LETTER TO THE EDITOR

We were interested to read the article by Wrona et al. on a retrospective study of the outcome, as determined by the National Institute of Health Stroke Scale (NIHSS) and the modified Rankin Scale, of 307 patients with acute ischemic stroke (AIS) in the anterior circulation treated with thrombectomy [Wrona, P. et al., 2024]. It was found that delayed neurological improvement (DNI) on day 7 after thrombectomy increased the likelihood of a good functional outcome (GFO) on day 90 in half of the patients [Wrona, P. et al., 2024]. Among patients without DNI, 41% achieved a GFO on day 90 [Wrona, P. et al., 2024]. Predictors of GFO were young age, low baseline NIHSS score, thrombolysis prior to thrombectomy, absence of undetermined etiology, absence of pneumonia, and high hemoglobin on admission [Wrona, P. et al., 2024]. The study is convincing, but some points need to be discussed.

The first point is that apart from arterial hypertension, diabetes, hyperlipidemia, myocardial infarction, previous stroke, smoking and atrial fibrillation, no other comorbidities were considered as factors influencing the NIHSS or mRS after the intervention. Similarly, comedication in addition to concomitant thrombolysis should have been included in the analysis. In particular, antihypertensives, antidiabetics, antithrombotics, anticoagulants and drugs with sedative effects such as antidepressants, neuroleptics, antiseptics and tranquilizers can influence the NIHSS and mRS [Bansal, S. et al., 2013].

The second point is the retrospective design of the study [Wrona, P. et al., 2024]. Retrospective designs have the disadvantage that missing data cannot simply be supplemented, that desirable new data can no longer be generated and that the reliability of the data collected cannot simply be checked. We should know how many patients were excluded due to missing data and how the reliability of the collected data was checked.

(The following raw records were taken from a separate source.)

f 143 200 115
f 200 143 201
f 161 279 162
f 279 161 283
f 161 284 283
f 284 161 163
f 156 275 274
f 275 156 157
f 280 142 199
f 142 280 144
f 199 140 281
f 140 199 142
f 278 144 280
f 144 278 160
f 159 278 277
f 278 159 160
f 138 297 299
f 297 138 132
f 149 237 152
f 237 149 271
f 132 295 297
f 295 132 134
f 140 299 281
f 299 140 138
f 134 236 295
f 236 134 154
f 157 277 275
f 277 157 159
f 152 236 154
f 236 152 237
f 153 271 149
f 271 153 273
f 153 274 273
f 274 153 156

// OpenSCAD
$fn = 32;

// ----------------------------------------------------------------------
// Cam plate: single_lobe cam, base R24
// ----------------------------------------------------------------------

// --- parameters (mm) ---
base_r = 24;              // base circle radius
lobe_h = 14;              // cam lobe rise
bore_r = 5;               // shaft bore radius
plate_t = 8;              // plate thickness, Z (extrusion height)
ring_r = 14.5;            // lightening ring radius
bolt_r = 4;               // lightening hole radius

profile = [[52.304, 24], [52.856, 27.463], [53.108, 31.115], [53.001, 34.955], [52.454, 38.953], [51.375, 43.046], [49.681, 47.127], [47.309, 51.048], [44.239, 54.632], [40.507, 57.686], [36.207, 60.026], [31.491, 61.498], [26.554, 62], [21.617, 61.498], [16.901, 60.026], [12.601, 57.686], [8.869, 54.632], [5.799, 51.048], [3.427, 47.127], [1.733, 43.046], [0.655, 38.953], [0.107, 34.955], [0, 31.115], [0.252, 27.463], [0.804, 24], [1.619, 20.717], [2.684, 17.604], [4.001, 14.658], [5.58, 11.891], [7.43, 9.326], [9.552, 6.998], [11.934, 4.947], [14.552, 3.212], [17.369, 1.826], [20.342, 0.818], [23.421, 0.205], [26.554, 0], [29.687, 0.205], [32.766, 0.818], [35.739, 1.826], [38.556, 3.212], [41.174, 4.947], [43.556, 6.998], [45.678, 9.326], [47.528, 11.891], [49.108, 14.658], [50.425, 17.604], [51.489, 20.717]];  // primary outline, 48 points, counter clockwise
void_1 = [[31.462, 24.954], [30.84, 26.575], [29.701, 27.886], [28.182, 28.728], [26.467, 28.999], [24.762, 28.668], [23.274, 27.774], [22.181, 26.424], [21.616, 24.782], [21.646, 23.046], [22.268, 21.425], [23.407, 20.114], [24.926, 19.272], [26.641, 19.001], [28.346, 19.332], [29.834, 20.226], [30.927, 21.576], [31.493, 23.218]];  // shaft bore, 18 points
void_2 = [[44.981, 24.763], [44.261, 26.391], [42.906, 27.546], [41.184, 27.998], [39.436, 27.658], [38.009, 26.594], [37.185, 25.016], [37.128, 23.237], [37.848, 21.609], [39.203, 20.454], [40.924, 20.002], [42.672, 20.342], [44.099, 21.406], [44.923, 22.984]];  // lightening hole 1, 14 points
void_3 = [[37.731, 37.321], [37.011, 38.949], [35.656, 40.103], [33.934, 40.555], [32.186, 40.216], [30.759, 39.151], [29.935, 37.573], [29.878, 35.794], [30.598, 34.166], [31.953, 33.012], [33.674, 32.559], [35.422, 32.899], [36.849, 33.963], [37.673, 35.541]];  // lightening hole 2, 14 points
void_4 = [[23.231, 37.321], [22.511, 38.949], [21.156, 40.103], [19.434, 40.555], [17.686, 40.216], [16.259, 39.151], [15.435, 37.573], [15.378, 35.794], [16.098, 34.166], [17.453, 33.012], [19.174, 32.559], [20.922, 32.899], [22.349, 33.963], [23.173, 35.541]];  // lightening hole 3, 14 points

The third point is that patients with symptom onset <6h before thrombectomy and stroke onset 6h to 24h after last well-being were included [Wrona, P. et al., 2024]. Thus, since symptoms occurred at most 18 hours before thrombectomy, it is conceivable that patients with a long latency between symptom onset and thrombectomy had a worse outcome compared to patients with symptom onset <6 hours. We should know whether the 90-day outcome depended on the latency between symptom onset and thrombectomy.

The fourth point is the definition of smoking [Wrona, P. et al., 2024]. Since those who smoked in the past were also classified as smokers, it is conceivable that those who smoked long before the current stroke were also wrongly classified as smokers. The risk of stroke, and therefore outcome, can differ greatly between those who smoked years ago and those who smoked until the thrombectomy.

The fifth point is that stroke volume or concomitant edema was not included in the assessment. Since patients with a large stroke volume or large edema may have a worse outcome compared to patients with a small stroke volume, or no edema it would have been imperative to analyse these influencing factors as well.

In summary, it can be said that the interesting study has limitations that relativize the results and their interpretation. Clarification of these weaknesses would strengthen the conclusions and could improve the study. Before drawing final conclusions about the 7-day DNI and 90-day GFO in patients with stroke after thrombectomy, not only a selected number of factors influencing the outcome, but the whole spectrum of influencing factors must be included in the analysis.

REFERENCES

1. Wrona, P., Wróbel, D., Popadynets, V., Jóźwik, J., Sawczyńska, K., Homa, T., Włodarczyk, E., Pułyk, R., Popiela, T., Słowik, A. & Turaj, W. “Predictors of good functional outcome in ischaemic stroke patients without delayed neurological improvement after mechanical thrombectomy.” Neurologia i Neurochirurgia Polska, 58.2 (2024): 185-192.
2. Bansal, S., Sangha, K. S. & Khatri, P. “Drug treatment of acute ischemic stroke.” American Journal of Cardiovascular Drugs, 13.1 (2013): 57-69.